[[ Dataset records, beginning ]]

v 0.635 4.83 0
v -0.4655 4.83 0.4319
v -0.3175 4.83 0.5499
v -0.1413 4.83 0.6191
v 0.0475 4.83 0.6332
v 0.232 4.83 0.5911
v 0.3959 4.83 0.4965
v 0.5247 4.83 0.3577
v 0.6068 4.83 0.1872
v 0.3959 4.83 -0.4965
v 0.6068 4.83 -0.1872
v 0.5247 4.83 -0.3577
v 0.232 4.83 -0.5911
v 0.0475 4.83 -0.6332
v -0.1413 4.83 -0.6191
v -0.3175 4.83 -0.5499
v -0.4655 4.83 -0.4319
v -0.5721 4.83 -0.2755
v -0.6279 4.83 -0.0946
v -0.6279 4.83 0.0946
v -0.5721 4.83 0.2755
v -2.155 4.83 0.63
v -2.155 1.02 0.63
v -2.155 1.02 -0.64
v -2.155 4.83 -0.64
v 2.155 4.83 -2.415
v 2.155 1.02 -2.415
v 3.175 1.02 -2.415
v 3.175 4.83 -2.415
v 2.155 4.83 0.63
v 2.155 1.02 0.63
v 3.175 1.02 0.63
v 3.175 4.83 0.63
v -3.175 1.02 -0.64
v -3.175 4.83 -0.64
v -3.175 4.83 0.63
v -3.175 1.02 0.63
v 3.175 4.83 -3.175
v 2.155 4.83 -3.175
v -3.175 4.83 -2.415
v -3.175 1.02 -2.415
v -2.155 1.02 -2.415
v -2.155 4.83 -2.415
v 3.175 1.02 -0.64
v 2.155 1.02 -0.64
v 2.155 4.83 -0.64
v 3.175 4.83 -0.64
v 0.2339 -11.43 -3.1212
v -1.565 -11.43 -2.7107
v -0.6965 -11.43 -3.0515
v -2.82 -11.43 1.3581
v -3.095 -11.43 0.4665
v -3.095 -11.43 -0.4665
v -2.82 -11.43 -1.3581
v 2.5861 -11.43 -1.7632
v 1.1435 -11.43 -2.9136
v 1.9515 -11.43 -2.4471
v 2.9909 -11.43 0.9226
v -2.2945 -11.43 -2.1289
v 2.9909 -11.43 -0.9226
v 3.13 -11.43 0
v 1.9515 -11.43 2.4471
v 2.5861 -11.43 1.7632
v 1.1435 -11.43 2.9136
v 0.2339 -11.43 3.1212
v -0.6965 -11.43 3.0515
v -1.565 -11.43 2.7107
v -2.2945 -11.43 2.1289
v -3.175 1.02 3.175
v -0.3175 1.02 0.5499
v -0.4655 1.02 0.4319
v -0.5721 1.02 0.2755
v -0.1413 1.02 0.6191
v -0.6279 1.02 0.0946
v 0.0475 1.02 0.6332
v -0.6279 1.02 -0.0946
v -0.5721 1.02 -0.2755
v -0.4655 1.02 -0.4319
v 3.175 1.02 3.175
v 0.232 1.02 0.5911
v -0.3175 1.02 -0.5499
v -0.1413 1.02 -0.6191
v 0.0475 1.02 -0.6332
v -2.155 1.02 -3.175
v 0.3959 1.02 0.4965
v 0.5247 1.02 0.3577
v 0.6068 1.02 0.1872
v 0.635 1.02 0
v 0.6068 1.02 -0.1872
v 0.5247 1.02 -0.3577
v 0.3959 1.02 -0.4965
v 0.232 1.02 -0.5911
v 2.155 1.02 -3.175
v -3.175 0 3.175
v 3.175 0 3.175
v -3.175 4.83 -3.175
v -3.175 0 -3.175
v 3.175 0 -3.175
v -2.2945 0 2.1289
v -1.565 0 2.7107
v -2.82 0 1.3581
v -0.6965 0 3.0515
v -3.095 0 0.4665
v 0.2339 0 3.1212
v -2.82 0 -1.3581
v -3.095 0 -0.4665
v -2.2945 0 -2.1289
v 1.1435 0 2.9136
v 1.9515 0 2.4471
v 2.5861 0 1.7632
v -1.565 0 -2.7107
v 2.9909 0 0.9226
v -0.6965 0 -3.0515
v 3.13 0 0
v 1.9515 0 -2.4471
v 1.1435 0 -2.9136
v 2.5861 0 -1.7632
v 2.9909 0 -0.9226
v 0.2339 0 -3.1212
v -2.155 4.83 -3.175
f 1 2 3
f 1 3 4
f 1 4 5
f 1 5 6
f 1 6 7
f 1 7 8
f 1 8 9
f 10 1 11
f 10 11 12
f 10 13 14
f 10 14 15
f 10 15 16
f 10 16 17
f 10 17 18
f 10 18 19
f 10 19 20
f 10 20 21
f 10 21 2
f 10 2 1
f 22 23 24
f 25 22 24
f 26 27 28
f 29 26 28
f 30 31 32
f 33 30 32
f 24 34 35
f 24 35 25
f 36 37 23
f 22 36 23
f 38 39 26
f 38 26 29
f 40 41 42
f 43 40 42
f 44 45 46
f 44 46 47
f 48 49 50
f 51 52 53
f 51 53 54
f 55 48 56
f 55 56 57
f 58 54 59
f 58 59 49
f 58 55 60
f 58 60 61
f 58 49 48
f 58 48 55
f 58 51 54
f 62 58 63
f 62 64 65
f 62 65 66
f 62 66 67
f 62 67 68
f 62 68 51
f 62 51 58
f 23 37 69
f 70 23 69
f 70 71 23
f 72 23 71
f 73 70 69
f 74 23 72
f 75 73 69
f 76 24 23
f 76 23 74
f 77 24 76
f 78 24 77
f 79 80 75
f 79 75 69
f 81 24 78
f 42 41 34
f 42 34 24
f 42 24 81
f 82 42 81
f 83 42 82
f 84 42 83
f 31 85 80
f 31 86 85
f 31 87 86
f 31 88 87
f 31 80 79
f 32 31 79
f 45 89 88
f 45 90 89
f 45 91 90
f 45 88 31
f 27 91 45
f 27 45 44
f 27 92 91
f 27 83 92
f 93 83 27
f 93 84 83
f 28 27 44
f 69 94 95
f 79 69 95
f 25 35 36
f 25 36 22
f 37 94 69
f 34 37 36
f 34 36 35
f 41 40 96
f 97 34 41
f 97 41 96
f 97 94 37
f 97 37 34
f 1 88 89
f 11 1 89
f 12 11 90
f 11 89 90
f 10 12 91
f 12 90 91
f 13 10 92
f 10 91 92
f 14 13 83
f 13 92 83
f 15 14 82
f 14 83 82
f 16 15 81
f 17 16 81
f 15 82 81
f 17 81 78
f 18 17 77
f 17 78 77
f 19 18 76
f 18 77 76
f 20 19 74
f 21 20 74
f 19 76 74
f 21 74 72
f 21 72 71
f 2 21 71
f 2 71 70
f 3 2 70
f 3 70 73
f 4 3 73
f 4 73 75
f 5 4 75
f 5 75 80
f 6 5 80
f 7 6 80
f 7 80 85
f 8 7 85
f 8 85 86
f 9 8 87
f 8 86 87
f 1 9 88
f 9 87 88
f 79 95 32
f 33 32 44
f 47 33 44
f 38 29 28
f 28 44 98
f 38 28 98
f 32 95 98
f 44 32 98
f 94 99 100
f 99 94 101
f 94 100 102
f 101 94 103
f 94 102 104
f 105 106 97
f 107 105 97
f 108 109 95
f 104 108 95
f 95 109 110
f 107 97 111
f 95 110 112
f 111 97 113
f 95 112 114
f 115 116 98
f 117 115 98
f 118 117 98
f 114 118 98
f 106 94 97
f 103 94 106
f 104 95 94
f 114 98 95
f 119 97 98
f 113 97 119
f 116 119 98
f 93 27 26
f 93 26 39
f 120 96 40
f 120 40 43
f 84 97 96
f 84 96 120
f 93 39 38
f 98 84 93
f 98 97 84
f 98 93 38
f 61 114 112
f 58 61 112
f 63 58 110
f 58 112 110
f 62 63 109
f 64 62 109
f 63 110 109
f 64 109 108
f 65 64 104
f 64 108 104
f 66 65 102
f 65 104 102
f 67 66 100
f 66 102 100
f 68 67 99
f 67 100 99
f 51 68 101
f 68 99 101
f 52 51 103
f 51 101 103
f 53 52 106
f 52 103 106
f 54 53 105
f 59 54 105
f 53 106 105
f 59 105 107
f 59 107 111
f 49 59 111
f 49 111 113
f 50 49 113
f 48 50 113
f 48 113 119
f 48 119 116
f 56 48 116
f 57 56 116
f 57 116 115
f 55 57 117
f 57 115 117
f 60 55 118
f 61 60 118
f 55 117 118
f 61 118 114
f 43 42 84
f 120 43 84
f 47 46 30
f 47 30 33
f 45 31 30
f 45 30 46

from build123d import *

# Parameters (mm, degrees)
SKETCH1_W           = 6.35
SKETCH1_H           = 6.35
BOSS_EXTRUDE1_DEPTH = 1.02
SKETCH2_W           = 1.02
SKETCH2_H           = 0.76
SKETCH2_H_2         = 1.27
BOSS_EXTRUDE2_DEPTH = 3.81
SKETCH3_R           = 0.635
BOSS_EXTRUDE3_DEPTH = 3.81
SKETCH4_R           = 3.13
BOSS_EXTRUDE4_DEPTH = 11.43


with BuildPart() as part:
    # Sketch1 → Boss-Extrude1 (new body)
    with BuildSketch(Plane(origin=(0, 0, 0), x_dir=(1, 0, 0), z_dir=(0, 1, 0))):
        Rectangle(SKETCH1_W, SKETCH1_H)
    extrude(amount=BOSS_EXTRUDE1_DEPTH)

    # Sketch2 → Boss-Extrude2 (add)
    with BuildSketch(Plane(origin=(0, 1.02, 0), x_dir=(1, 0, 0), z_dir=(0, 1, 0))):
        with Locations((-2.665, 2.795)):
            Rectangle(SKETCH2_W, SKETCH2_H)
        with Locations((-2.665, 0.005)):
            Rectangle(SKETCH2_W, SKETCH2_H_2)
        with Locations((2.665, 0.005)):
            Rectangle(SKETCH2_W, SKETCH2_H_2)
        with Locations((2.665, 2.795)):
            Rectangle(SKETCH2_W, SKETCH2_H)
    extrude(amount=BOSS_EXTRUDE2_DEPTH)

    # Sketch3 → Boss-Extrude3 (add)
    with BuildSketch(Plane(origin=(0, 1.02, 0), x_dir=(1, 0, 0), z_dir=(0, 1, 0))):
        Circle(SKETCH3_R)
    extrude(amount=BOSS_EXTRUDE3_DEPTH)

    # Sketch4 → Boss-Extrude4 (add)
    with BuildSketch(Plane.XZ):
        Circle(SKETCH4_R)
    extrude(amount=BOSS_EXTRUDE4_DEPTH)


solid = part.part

[[ Dataset records, end ]]
[[ Dataset records, beginning ]]

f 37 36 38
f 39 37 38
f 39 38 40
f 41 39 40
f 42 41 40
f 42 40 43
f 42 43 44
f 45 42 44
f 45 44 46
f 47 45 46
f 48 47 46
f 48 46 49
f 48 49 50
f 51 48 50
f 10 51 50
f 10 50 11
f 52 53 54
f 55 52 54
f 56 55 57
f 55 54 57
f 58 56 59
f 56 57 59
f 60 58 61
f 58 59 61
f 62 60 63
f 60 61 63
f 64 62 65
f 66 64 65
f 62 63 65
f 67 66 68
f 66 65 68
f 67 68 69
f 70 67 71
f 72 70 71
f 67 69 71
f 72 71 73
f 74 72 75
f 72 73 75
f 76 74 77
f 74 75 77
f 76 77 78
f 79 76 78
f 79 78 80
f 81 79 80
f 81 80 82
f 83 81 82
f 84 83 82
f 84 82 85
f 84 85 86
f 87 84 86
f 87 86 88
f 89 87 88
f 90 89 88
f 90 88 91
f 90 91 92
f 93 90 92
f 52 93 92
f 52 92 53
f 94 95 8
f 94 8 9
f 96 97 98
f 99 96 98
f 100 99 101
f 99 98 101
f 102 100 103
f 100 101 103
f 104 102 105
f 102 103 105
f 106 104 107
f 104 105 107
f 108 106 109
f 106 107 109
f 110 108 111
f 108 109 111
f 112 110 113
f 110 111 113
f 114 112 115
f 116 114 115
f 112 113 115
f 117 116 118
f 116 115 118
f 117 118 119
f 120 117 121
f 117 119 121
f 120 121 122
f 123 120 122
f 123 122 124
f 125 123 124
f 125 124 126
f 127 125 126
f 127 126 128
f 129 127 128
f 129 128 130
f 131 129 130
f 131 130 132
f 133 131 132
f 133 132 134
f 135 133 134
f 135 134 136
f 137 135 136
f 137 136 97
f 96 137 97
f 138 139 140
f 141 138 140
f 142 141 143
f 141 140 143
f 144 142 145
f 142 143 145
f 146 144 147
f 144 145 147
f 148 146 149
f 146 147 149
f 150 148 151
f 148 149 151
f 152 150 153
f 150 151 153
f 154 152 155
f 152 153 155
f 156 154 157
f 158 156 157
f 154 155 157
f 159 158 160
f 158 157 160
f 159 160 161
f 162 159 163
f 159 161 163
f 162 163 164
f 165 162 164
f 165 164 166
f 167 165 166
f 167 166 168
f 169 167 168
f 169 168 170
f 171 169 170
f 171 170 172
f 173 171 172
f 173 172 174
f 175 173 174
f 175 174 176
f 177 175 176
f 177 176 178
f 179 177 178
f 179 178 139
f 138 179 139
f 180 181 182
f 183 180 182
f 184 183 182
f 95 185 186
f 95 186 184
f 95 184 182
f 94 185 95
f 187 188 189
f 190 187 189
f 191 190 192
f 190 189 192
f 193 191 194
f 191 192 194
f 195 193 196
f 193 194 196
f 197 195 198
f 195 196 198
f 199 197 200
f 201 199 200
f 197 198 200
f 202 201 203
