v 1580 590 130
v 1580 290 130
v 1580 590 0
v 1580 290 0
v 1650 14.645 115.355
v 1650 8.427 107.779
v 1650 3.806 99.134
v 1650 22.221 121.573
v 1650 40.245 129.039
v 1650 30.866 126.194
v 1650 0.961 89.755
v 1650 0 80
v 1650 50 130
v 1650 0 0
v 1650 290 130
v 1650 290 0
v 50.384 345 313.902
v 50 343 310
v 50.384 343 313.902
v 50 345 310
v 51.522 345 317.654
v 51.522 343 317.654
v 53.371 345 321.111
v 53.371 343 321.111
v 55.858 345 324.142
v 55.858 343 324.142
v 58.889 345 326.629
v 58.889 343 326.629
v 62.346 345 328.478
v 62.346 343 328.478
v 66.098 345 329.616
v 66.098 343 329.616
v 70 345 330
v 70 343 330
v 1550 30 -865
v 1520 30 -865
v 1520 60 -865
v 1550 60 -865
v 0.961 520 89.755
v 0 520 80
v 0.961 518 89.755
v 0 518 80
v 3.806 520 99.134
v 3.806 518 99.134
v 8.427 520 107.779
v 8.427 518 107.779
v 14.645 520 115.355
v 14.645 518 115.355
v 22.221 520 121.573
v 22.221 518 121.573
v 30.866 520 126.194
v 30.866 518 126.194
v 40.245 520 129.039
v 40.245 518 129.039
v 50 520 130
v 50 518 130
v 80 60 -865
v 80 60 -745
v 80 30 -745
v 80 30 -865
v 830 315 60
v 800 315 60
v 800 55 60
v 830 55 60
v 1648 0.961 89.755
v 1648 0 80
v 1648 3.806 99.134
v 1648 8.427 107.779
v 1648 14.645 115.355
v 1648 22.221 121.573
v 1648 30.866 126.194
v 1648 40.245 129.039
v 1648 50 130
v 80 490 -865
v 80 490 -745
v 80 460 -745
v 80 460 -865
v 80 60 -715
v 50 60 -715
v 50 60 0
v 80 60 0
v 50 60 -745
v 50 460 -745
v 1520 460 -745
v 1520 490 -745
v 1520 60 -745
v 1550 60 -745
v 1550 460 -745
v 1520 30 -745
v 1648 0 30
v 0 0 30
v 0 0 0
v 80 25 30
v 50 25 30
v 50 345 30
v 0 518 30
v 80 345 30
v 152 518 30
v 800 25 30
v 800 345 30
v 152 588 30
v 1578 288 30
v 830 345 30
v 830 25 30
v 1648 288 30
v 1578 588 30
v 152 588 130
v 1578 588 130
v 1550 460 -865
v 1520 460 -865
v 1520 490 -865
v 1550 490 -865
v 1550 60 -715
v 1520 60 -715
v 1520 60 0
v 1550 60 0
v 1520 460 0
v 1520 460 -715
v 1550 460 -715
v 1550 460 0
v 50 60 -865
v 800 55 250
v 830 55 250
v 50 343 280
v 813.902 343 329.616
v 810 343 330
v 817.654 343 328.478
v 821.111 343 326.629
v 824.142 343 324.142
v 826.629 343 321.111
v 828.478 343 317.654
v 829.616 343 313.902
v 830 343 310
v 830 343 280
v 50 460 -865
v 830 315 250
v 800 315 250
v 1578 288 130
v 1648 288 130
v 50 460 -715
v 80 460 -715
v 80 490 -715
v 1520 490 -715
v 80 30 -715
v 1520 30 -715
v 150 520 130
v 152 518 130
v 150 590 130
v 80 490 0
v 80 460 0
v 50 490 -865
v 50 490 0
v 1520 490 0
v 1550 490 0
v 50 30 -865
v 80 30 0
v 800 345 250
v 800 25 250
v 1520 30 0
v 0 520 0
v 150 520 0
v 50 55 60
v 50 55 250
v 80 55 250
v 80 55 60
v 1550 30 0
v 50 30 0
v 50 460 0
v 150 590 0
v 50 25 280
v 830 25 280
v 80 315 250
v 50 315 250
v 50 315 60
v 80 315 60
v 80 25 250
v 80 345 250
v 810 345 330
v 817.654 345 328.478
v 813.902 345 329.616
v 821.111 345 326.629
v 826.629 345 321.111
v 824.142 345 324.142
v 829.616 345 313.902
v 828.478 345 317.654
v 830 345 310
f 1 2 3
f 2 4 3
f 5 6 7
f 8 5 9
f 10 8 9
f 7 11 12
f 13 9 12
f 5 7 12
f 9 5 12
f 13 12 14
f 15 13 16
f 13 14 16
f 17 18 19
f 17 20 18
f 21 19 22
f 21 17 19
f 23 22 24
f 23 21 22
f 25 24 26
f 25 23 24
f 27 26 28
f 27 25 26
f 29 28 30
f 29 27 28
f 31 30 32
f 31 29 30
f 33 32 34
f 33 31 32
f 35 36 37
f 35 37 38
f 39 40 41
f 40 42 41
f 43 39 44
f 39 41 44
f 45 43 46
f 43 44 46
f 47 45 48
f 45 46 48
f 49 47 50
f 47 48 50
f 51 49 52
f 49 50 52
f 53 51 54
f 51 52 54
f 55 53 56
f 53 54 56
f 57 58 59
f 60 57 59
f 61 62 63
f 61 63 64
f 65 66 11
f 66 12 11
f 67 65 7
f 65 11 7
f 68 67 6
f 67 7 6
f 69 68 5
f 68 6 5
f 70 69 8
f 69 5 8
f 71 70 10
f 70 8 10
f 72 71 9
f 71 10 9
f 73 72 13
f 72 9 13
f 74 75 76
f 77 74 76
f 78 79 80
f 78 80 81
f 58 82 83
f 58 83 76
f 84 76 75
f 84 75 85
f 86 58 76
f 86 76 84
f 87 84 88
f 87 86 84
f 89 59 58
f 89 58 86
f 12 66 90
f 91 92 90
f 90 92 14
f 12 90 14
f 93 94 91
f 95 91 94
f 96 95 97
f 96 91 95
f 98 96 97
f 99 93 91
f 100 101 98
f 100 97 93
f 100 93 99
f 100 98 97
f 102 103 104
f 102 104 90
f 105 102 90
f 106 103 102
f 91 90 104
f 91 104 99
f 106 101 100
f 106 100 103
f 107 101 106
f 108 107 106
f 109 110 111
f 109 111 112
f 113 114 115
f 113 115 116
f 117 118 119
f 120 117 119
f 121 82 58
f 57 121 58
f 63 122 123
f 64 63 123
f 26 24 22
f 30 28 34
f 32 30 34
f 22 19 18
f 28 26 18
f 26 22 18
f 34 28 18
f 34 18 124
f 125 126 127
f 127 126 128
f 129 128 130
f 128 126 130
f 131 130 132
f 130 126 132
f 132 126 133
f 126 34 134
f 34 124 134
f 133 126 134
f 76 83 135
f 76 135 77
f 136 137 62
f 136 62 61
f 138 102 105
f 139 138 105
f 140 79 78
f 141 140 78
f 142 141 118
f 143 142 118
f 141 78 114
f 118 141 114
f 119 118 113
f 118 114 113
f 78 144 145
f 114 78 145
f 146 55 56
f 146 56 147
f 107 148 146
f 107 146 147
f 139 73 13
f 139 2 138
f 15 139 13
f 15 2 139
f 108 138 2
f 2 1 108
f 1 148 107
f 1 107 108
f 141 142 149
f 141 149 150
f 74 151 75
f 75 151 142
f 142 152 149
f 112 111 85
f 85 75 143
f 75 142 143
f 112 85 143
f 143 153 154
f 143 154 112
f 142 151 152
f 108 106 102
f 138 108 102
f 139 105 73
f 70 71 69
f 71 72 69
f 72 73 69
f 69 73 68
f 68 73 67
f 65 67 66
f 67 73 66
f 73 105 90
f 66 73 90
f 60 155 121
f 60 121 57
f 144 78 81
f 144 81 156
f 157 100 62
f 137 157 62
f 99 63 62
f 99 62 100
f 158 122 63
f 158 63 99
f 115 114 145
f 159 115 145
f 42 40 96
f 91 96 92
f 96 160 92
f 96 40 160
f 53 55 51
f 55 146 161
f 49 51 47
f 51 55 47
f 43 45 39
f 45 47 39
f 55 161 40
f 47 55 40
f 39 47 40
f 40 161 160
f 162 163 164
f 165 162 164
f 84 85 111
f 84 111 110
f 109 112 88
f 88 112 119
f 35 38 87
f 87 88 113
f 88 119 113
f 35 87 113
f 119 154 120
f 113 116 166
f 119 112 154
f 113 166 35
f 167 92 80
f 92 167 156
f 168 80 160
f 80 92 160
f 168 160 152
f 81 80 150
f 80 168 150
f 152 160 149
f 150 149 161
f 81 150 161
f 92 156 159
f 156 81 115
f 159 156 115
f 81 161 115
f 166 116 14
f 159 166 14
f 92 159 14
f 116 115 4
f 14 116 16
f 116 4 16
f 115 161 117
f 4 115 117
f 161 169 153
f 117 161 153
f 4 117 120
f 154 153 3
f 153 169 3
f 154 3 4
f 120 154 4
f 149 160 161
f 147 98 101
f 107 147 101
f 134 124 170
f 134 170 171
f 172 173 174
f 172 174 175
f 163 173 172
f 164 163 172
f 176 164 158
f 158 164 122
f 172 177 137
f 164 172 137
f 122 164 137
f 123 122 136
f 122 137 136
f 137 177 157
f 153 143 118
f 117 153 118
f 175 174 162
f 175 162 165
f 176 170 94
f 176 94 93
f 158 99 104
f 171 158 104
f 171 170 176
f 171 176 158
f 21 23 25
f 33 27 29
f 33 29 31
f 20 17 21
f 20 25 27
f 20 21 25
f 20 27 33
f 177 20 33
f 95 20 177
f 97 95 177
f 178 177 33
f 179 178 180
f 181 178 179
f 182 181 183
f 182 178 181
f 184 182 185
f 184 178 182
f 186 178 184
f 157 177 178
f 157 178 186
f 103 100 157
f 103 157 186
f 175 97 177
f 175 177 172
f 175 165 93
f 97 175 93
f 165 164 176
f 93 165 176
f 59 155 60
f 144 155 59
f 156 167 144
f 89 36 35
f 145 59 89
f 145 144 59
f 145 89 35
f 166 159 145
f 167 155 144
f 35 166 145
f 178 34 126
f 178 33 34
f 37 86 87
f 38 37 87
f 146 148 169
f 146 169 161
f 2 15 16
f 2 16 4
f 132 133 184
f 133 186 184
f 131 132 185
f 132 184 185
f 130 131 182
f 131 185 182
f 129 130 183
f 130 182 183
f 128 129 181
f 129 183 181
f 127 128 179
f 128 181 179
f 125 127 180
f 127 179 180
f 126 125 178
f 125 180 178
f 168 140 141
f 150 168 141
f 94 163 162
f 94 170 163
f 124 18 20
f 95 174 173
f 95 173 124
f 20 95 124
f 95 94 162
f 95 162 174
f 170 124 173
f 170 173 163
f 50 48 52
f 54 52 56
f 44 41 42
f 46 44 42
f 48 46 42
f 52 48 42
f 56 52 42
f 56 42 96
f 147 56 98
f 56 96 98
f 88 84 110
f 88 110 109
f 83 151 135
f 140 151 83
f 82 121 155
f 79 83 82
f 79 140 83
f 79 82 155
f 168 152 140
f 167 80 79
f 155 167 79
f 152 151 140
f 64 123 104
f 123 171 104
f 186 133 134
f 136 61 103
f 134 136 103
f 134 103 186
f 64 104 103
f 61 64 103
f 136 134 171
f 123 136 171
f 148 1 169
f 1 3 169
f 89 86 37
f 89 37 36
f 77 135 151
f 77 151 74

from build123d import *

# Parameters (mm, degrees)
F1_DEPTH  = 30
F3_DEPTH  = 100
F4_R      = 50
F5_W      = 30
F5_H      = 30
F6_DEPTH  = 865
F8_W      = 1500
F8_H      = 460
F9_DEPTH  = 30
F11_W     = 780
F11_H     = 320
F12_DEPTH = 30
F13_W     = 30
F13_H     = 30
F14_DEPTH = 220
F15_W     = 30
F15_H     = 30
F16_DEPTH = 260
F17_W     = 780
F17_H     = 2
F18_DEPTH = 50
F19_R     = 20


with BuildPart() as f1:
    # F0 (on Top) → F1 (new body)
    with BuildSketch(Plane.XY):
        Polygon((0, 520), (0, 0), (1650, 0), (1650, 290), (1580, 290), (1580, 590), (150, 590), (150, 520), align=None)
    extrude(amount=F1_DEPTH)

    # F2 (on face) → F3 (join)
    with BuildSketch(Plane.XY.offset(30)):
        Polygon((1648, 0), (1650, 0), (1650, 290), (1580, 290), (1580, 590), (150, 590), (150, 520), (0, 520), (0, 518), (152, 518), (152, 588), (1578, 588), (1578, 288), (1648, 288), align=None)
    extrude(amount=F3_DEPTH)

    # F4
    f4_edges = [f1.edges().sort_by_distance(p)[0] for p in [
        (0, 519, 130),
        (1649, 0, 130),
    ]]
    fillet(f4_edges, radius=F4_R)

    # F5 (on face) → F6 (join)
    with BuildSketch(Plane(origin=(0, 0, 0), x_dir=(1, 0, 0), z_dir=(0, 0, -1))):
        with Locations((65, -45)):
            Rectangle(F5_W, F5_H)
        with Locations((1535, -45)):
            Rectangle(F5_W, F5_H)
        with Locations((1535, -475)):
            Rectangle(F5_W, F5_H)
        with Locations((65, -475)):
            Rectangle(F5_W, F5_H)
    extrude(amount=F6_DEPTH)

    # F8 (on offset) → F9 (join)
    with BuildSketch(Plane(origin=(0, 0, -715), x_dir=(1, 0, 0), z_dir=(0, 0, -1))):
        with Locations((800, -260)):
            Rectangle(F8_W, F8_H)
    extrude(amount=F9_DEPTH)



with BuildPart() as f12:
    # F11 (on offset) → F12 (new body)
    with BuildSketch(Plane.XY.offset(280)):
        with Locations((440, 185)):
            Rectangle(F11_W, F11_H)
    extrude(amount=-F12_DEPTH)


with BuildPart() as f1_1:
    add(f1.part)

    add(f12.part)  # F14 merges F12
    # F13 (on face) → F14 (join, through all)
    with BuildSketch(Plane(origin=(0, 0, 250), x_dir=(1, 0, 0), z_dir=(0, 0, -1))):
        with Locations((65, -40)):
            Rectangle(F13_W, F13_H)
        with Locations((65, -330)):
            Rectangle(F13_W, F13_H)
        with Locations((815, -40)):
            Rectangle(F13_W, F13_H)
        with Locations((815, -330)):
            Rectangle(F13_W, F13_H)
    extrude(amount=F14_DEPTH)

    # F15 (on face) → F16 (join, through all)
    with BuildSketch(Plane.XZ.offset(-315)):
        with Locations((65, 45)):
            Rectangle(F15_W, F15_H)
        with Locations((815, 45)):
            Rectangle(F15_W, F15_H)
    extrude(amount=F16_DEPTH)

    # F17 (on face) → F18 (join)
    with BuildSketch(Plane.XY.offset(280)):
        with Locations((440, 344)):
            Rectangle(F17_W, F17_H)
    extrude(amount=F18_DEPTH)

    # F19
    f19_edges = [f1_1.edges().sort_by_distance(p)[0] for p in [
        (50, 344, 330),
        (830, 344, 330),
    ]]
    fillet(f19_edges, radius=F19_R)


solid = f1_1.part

[[ Dataset records, end ]]

● Task item
From the material above, copy exactly the lines between the line holding "v 829.616 345 313.902" and the line holding "f 34 18 124", inclusive, and only those.

● Result for this exercise
v 829.616 345 313.902
v 828.478 345 317.654
v 830 345 310
f 1 2 3
f 2 4 3
f 5 6 7
f 8 5 9
f 10 8 9
f 7 11 12
f 13 9 12
f 5 7 12
f 9 5 12
f 13 12 14
f 15 13 16
f 13 14 16
f 17 18 19
f 17 20 18
f 21 19 22
f 21 17 19
f 23 22 24
f 23 21 22
f 25 24 26
f 25 23 24
f 27 26 28
f 27 25 26
f 29 28 30
f 29 27 28
f 31 30 32
f 31 29 30
f 33 32 34
f 33 31 32
f 35 36 37
f 35 37 38
f 39 40 41
f 40 42 41
f 43 39 44
f 39 41 44
f 45 43 46
f 43 44 46
f 47 45 48
f 45 46 48
f 49 47 50
f 47 48 50
f 51 49 52
f 49 50 52
f 53 51 54
f 51 52 54
f 55 53 56
f 53 54 56
f 57 58 59
f 60 57 59
f 61 62 63
f 61 63 64
f 65 66 11
f 66 12 11
f 67 65 7
f 65 11 7
f 68 67 6
f 67 7 6
f 69 68 5
f 68 6 5
f 70 69 8
f 69 5 8
f 71 70 10
f 70 8 10
f 72 71 9
f 71 10 9
f 73 72 13
f 72 9 13
f 74 75 76
f 77 74 76
f 78 79 80
f 78 80 81
f 58 82 83
f 58 83 76
f 84 76 75
f 84 75 85
f 86 58 76
f 86 76 84
f 87 84 88
f 87 86 84
f 89 59 58
f 89 58 86
f 12 66 90
f 91 92 90
f 90 92 14
f 12 90 14
f 93 94 91
f 95 91 94
f 96 95 97
f 96 91 95
f 98 96 97
f 99 93 91
f 100 101 98
f 100 97 93
f 100 93 99
f 100 98 97
f 102 103 104
f 102 104 90
f 105 102 90
f 106 103 102
f 91 90 104
f 91 104 99
f 106 101 100
f 106 100 103
f 107 101 106
f 108 107 106
f 109 110 111
f 109 111 112
f 113 114 115
f 113 115 116
f 117 118 119
f 120 117 119
f 121 82 58
f 57 121 58
f 63 122 123
f 64 63 123
f 26 24 22
f 30 28 34
f 32 30 34
f 22 19 18
f 28 26 18
f 26 22 18
f 34 28 18
f 34 18 124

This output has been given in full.